Os velhinhos jogam dominó porque já não tem esperança. Os evangélicos rezam e berram e cantam porque não sabem pra onde vão. Nós, os podres, não temos nada. Os restolhos. Os bagaços. Nada é a nossa condição. Aqui, não há esperança. Bebemos e deliramos. Isso é tudo.

Cada novo membro que chega tem que pagar um litro de Jamel. Ingresso pra entrar no seleto grupo. Senão é expulso, é tratado como cão vadio e sarnento. Mão-de-vaca, jamais!
Uma dúzia de bêbados fedorentos. Podres. Felizes e infelizes. Todo mundo pede esmola. Pra comprar a cachaça. Uns dão por piedade, outros pra se livrarem do vivente fedorento. Mas a gente não faz mal a ninguém. Deus também bebia. Cristo gostava de vinho. Noé, de cachaça. Salomão, nem se fala.
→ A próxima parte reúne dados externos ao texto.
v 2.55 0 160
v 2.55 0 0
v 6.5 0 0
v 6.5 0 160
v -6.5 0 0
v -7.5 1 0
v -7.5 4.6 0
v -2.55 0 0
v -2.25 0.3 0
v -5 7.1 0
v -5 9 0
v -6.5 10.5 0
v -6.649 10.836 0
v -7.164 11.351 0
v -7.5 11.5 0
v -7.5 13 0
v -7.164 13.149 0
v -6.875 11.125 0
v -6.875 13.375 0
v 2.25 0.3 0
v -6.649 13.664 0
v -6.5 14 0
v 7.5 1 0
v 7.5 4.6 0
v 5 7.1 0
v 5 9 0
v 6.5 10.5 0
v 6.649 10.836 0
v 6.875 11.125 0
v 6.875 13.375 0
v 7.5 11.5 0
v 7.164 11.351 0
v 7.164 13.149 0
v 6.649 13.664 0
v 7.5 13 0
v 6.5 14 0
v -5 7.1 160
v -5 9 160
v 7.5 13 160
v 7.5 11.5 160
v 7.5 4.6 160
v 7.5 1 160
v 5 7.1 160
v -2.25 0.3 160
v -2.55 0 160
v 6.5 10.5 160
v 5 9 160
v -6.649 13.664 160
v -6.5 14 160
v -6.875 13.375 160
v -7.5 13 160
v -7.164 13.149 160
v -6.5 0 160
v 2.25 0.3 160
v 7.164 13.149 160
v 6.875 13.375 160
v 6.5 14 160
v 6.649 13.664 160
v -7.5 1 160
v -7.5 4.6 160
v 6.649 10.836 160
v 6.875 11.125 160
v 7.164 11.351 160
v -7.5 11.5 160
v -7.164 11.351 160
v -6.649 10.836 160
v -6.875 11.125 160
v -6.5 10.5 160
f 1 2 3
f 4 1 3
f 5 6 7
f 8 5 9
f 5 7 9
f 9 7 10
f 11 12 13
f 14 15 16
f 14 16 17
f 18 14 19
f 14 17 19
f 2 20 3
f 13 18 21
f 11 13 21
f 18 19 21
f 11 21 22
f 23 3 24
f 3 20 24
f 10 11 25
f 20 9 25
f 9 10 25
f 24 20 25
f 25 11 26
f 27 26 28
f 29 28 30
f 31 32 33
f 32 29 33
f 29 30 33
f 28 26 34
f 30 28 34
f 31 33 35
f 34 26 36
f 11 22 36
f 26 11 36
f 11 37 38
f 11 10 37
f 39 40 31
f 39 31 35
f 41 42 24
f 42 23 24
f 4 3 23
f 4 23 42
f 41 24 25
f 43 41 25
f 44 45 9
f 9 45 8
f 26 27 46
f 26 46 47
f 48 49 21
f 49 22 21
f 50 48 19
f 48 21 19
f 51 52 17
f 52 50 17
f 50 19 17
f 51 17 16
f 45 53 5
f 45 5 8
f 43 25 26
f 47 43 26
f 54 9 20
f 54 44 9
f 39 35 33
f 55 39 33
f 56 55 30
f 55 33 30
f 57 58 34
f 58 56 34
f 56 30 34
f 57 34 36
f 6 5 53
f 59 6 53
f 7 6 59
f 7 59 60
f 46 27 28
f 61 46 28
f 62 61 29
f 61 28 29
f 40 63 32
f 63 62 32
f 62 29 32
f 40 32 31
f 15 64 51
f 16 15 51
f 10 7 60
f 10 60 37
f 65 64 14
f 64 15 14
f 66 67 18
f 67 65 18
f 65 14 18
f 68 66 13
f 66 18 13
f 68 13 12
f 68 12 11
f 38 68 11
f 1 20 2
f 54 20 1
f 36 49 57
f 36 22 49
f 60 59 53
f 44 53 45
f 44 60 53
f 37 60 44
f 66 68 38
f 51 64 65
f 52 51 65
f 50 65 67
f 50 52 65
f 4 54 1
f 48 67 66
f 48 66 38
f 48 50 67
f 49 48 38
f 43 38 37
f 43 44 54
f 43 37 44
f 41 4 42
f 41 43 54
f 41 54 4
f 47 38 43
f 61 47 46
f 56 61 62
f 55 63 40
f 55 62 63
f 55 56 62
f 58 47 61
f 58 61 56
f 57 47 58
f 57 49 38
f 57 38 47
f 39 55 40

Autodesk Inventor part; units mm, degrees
ref_plane "YZ Plane" through (0, 0, 0) normal (1, 0, 0) x (0, 1, 0)
ref_plane "XZ Plane" through (0, 0, 0) normal (0, 1, 0) x (-1, 0, 0)
ref_plane "XY Plane" through (0, 0, 0) normal (0, 0, 1) x (1, 0, 0)
sketch "Sketch1" plane through (0, 0, 0) normal (0, 0, 1) x (1, 0, 0)
  line L0 (-7.5, 0) -> (7.5, 0)
  line L1 (0, 0) -> (0, 20) construction
  line L2 (-6.5, 14) -> (6.5, 14)
  line L3 (-7.5, 0) -> (-7.5, 4.6)
  line L4 (7.5, 0) -> (7.5, 4.6)
  line L5 (-5, 7.1) -> (-5, 9)
  line L6 (5, 7.1) -> (5, 9)
  line L7 (-7.5, 11.5) -> (-7.5, 13)
  line L8 (7.5, 11.5) -> (7.5, 13)
  arc A0 (-6.5, 10.5) -> (-7.5, 11.5) centre (-7.9354, 10.0646) ccw
  arc A1 (-7.5, 13) -> (-6.5, 14) centre (-7.9354, 14.4354) ccw
  arc A2 (6.5, 14) -> (7.5, 13) centre (7.9354, 14.4354) ccw
  arc A3 (7.5, 11.5) -> (6.5, 10.5) centre (7.9354, 10.0646) ccw
  line L9 (-7.5, 4.6) -> (-5, 7.1)
  line L10 (7.5, 4.6) -> (5, 7.1)
  line L11 (-6.5, 10.5) -> (-5, 9)
  line L12 (6.5, 10.5) -> (5, 9)
  point P0 (-5, 0)
  point P1 (-5, 8.6667)
  point P2 (5, 0)
  point P3 (5, 8.6667)
  point P4 (7.5, 12.25)
  point P5 (-7.5, 12.25)
  point P6 (0, 14)
  point P7 (-5.75, 6.35)
  point P8 (5.75, 6.35)
  point P9 (0, 10)
  point P10 (0, 10.5)
  dimension "d0" = 15
  dimension "d3" = 14
  dimension "d4" = 4.6
  dimension "d5" = 5
  dimension "d20" = 7.5
  dimension "d21" = 7.5
  dimension "d22" = 1.5
  dimension "d23" = 1.5
  dimension "d25" = 1.5
  dimension "d40" = 15
  dimension "d52" = 45
  dimension "d54" = 1.5
  dimension "d55" = 1
  dimension "d56" = 1
  dimension "d57" = 1
  dimension "d58" = 1
  dimension "d59" = 1
  dimension "d60" = 1
  dimension "d61" = 45
  dimension "d62" = 45
  dimension "d63" = 13
  dimension "d64" = 10
  dimension "d65" = 3.5
extrude "Extrusion1" add sketch "Sketch1" along normal blind 160
chamfer "Chamfer1" distance 1 angle 45 2 edges at (-7.5, 0, 80) (7.5, 0, 80)
sketch "Sketch3" plane through (0, 0, 160) normal (0, 0, 1) x (1, 0, 0)
  line L0 (-6.5, 0) -> (6.5, 0) construction
  line L1 (0, 0) -> (0, 0.3) construction
  line L2 (-2.25, 0) -> (-2.25, 0.3)
  line L3 (2.25, 0) -> (2.25, 0.3)
  line L4 (-2.25, 0.3) -> (2.25, 0.3)
  line L5 (-2.25, 0) -> (2.25, 0)
  line L6 (-6.5, 0) -> (6.5, 0) construction
  dimension "d71" = 0.3
  dimension "d72" = 2.25
  dimension "d73" = 0.3
  dimension "d74" = 0
extrude "Extrusion2" cut sketch "Sketch3" against normal through all
chamfer "Chamfer2" distance 0.3 angle 45 2 edges at (-2.25, 0, 80) (2.25, 0, 80)
properties part number "LinearRail" material "Stainless Steel"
Aí, chegou o sujeito. Se dispôs a pagar. Pagou. Bebemos. Só elogios. A gente precisava de gente assim. Mão aberta. boa prosa. Não pagou uma garrafa, não. Um garrafão. Pinga de alambique. Muito mais forte. Eu não bebi. Sou desconfiado até com a sombra. O Diabo faz coisas. Secaram o garrafão. Aquilo parecia um aperitivo. Só elogios. Todos estavam prosa. Menos eu. Fiquei no meu canto, bebendo do meu litrinho. Moscas zuniam, zzzzz pra cá, zzzzz pra lá, e pousavam nos pés de elefantes. Então, todos foram se deitando, mole-mole, iguais vacas no anoitecer. Achei muito estranho. Eu bebia, no meu canto, da minha cachacinha, aos pouquinhos. O cara novato me disse: prove um pouco, ainda tem um restinho no fundo do garrafão. Ria. Riso torto, espichado. Juro que vi os chifres na testa enrugada de boi velho. Sai, demônio – gritei. Eu tinha um crucifixo no peito, que ganhei de minha mãe, e mostrei pra ele. O riso dele foi murchando, murchando e sumiu. O cão. O limpa-terrenos. O limpa-raça. Que veneno havia naquele garrafão de cachaça? Por quê? A gente só bebia. Não fazia parte do Mal. Seu Cão dos infernos! De repente, ele se rebentou numa gargalhada e sumiu.

Na praça, pode conferir nos jornais, nove bêbados mortos, com as barrigas estufadas, as caras azuláceas. Na praça, hoje, só eu, os velhinhos jogando dominó e os evangélicos rezando.